В 1925 году, освободившись по амнистии, в Москву приехал друг Евгения Петрова Александр Козачинский. Дружба эта была необычной. Козачинский, поработав сыщиком, переквалифицировался в бандиты. Как позднее пояснял он в показаниях на суде, его довел пьянством и беспределом начальник милиции 1-го района Балтского уезда, пришлось дезертировать и примкнуть к отряду бывших крестьян, промышлявших грабежами.
В сентябре 1922 года он попал в засаду и был арестован.
Петров участвовал в дознании по его делу, отметив, что бывший коллега раскаялся и помог показаниями следствию.
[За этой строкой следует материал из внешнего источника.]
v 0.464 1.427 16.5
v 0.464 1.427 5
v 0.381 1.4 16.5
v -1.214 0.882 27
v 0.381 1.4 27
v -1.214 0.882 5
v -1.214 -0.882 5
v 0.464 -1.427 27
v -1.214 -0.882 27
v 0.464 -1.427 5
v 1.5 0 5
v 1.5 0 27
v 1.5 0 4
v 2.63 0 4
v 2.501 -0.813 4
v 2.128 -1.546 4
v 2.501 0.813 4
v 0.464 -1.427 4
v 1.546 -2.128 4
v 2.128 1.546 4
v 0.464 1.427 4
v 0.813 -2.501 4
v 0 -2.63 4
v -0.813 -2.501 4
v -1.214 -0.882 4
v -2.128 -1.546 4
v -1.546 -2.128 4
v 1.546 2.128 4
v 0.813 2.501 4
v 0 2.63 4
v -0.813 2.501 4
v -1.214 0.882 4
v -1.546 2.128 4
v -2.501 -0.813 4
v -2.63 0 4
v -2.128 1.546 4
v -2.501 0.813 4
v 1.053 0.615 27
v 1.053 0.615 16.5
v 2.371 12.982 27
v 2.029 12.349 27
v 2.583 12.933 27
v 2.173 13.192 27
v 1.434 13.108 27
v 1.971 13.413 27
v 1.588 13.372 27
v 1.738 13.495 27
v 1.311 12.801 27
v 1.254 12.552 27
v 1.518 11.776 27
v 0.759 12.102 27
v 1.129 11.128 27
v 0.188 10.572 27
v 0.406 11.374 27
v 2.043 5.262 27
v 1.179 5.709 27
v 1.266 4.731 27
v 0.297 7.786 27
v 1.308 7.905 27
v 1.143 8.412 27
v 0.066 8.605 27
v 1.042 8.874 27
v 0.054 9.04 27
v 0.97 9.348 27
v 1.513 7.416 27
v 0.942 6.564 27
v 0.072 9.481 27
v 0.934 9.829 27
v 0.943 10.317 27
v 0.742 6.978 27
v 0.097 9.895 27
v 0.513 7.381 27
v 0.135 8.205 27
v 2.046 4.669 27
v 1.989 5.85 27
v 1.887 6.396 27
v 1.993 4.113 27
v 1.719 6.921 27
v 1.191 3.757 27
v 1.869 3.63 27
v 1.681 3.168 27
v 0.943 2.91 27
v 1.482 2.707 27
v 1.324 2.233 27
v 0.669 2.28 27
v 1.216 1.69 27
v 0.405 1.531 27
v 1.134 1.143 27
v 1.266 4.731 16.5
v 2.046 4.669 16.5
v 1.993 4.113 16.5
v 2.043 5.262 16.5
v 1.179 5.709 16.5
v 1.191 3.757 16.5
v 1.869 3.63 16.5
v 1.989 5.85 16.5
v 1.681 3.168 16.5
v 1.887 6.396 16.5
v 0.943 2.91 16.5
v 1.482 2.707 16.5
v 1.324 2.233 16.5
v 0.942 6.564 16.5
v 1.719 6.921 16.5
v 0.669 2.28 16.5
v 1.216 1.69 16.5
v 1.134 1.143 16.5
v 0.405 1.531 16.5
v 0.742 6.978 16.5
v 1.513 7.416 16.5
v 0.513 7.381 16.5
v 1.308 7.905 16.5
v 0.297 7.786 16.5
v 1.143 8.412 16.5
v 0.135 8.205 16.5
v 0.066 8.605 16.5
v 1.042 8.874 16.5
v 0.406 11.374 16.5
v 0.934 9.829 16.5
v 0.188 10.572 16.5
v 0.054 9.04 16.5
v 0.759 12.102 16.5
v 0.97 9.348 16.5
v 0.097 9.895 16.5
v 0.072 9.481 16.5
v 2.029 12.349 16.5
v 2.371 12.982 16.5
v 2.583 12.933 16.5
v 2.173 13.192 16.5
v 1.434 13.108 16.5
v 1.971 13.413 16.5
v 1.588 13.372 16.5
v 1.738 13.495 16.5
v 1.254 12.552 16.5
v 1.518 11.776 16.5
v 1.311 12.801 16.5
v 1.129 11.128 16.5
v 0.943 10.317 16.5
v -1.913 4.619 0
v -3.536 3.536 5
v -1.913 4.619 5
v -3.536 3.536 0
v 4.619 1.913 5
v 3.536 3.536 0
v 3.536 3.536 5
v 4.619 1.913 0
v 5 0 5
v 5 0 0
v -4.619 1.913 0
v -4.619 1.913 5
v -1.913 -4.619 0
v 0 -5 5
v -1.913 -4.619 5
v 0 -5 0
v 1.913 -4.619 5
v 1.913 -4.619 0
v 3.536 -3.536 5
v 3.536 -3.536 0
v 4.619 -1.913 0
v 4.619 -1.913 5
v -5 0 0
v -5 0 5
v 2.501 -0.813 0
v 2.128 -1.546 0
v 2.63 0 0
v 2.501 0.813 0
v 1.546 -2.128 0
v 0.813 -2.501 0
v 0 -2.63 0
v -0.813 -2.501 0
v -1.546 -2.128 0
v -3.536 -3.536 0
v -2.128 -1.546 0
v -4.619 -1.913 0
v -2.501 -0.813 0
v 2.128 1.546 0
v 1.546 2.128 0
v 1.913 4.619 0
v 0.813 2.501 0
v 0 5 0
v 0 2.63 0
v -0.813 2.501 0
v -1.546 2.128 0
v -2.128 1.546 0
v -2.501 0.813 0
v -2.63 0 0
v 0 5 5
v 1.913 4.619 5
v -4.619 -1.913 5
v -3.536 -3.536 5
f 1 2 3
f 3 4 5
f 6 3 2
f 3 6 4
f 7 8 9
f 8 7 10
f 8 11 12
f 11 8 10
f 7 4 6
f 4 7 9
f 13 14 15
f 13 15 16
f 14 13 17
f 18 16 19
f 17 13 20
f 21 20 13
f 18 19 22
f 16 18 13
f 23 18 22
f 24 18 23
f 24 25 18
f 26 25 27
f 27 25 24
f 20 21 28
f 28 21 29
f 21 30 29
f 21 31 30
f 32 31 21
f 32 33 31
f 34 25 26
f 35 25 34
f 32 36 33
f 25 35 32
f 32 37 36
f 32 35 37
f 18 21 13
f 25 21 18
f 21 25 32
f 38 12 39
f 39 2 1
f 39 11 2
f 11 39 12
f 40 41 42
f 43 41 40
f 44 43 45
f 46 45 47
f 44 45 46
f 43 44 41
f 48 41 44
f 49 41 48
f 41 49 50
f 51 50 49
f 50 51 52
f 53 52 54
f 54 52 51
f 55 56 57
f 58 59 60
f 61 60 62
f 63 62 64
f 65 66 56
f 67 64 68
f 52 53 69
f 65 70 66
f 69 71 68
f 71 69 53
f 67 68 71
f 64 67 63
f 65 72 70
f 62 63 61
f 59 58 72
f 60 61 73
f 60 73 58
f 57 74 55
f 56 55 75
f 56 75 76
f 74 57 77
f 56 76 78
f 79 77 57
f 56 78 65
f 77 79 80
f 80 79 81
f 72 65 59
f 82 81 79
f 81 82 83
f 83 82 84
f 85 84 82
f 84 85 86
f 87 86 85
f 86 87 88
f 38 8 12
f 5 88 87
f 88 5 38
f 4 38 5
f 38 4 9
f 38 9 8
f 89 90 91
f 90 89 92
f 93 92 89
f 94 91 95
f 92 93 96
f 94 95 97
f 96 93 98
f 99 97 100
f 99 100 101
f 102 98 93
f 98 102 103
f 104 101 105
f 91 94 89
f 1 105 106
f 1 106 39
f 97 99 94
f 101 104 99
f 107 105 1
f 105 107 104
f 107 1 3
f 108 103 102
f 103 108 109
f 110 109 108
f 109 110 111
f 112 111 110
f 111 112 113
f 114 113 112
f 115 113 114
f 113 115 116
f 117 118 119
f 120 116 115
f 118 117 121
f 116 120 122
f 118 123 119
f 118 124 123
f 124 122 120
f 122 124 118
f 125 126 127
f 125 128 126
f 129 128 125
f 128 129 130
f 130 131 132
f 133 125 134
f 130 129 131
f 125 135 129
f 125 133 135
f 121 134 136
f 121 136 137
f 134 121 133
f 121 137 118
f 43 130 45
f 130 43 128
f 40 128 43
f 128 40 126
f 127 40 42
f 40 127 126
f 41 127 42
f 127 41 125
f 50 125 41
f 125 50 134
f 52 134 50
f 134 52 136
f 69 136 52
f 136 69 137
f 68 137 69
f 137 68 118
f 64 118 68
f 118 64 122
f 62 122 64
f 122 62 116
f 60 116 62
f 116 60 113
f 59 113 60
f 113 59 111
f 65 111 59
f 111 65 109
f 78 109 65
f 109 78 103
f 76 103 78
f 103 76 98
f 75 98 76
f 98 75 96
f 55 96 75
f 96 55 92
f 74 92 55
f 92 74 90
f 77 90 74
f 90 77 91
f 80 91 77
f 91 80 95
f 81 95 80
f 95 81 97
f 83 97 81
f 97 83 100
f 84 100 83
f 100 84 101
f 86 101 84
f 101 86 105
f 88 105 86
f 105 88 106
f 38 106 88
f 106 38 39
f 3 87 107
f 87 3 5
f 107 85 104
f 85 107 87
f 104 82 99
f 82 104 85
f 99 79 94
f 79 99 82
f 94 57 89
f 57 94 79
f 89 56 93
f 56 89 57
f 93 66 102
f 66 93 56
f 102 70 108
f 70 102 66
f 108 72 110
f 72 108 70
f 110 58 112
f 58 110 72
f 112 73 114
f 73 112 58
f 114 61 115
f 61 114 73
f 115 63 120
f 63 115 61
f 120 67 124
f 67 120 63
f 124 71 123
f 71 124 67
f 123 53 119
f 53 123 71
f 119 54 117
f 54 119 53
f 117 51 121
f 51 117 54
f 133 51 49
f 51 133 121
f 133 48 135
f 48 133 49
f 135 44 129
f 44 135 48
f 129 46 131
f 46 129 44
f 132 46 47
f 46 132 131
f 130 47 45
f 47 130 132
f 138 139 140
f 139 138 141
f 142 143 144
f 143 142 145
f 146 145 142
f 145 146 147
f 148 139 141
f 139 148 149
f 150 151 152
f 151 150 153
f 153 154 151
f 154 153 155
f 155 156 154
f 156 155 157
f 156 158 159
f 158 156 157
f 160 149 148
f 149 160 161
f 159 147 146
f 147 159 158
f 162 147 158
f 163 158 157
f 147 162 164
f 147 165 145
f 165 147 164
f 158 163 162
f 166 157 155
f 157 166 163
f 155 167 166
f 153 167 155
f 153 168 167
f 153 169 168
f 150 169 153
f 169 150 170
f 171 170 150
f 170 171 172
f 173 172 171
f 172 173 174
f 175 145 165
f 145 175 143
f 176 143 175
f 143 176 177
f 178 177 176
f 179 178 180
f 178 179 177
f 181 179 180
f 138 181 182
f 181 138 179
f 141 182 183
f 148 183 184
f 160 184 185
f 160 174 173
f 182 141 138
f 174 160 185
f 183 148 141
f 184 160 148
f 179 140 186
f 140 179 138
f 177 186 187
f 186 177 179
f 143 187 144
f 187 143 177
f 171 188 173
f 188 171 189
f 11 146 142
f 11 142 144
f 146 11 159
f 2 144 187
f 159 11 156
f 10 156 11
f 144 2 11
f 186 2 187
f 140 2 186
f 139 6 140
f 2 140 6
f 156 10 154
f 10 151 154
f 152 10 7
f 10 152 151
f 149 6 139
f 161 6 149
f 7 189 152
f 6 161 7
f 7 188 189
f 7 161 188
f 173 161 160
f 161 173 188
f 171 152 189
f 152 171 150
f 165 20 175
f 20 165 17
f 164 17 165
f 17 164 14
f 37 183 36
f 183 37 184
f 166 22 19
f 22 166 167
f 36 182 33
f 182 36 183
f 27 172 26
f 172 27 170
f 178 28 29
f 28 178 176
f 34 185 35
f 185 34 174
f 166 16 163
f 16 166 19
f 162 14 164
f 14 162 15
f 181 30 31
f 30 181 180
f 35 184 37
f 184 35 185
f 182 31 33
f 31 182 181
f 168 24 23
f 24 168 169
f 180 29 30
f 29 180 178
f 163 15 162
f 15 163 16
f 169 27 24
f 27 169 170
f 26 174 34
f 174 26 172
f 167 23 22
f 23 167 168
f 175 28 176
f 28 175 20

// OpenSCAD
module flag(){

cylinder(23,1.5,1.5);

scale(.15,.15,.15)
linear_extrude(height = 70, center = false) {
polygon(points=[[2.76,0],[3.57,-0.23],[4.44,-0.38],[5.34,-0.44],[6.23,-0.41],[7,-3.98],[7.56,-7.62],[8.11,-11.27],[8.83,-14.89],[9.88,-18.05],[11.21,-21.12],[12.46,-24.2],[13.29,-27.42],[13.64,-31.13],[13.62,-35.08],[13.26,-39],[12.58,-42.64],[11.46,-46.14],[10.09,-49.44],[8.72,-52.7],[7.62,-56.08],[6.95,-59.16],[6.47,-62.32],[6.23,-65.53],[6.29,-68.78],[7.53,-74.19],[10.12,-78.51],[13.53,-82.33],[17.22,-86.22],[15.81,-86.55],[14.49,-87.95],[13.14,-89.42],[11.59,-89.97],[10.59,-89.15],[9.56,-87.39],[8.74,-85.34],[8.36,-83.68],[5.06,-80.68],[2.71,-75.83],[1.25,-70.48],[0.65,-65.97],[0.48,-63.21],[0.36,-60.27],[0.44,-57.37],[0.9,-54.7],[1.98,-51.91],[3.42,-49.21],[4.95,-46.52],[6.28,-43.76],[7.86,-38.06],[8.44,-31.54],[7.94,-25.05],[6.29,-19.4],[4.46,-15.2],[2.7,-10.21],[1.77,-5.14],[2.41,-0.71]]);

}}


rotate([180,0,0])
translate([0,0,-27])
flag();

difference(){
cylinder(h=5,r=5);
translate([0,0,-6
])
cylinder(h=10,r=2.63,$fn=20);

}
Тем не менее Козачинского, самым тяжким преступлением которого было конокрадство, приговорили к расстрелу. На следующий день после этого приговора Петров подал рапорт о предоставлении отпуска и спустя месяц уволился. Киянская и Фельдман предполагают, что уже в Москве он узнал о том, что приговор отменен.
Позднее в 1938 году Козачинский написал поэтично-ироничную повесть "Зеленый фургон" по мотивам своих степных и одесских приключений. Принято считать (и в целом я это суждение разделяю), что сам автор - прототип конокрада Красавчика, а Евгений - сыщика и затем писателя Патрикеева, который говорит в конце: "Каждый из нас считает себя очень обязанным другому: я - за то, что он не выстрелил в меня когда-то из манлихера, а он - за то, что я вовремя его посадил".
Теперь после амнистии Козачинский стал литератором и журналистом - в "Красном перце", а затем и в "Гудке", куда Петров перешел в 1926-м.
С каждым годом "Гудок" все больше напоминал писательский клуб. По воспоминаниям Михаила Штиха, посещение газеты из работы превращалось в образ жизни: "Кроме Ильфа, Петрова и Олеши здесь были завсегдатаями Катаев, Булгаков, Эрлих, Славин, Козачинский. И - боже ты мой! - как распалялись страсти и с каким "охватом" - от Марселя Пруста до Зощенко и еще дальше - дебатировались самые пестрые явления литературы!"
Тем временем с пеной и шумом начинал входить в государственные берега "советский литературный процесс", что сопровождалось конфликтами групп и персоналий.
Помимо уже упомянутого объединения ЛЕФ - Левый фронт искусств, вспомним и ЛЦК - Литературный центр конструктивистов. В 1923–1924 годах появилось содружество писателей "Перевал" под неформальным водительством Александра Воронского, выступавшее за "свободу творчества" и, казалось бы, наиболее близкое Катаеву. "Перевальцы" группировались вокруг "Красной нови". В январе 1925-го официально оформилась самая крепкая и массовая литературная организация - Всероссийская ассоциация пролетарских писателей (ВАПП), преемница Пролеткульта, отстаивавшая "воспитательную функцию" литературы в духе коммунистического мировоззрения (позднее переименованная в РАПП). У "Перевала" и ВАППа отношения были, как у кошки с собакой. Катаев не принадлежал ни к одной из групп, в чем можно усмотреть осторожность, а можно - честный писательский выбор: литература - дело одинокое. Но тяготел он все-таки к кругу Воронского - в его журнал предложил свои первые крупные вещи.
И "Красная новь" Воронского, и гудковско-зифовский концерн Нарбута были коммерчески успешны.
Мало-помалу от товарищества Воронский с Нарбутом перешли к соперничеству, а затем и конфликту со взаимными оскорблениями и обвинениями в "антисоветизме".
Первый тайм Воронский проиграл, был осужден партией, лишился журнала - проигрывал его "тренер" Троцкий. У Нарбута же вместо умершего Дзержинского появился новый покровитель - Бухарин. Но позднее осенью 1928-го, когда Бухарин оказался "правым уклонистом", как нарочно всплыли показания Нарбута деникинской контрразведке и пришел черед уже его опалы.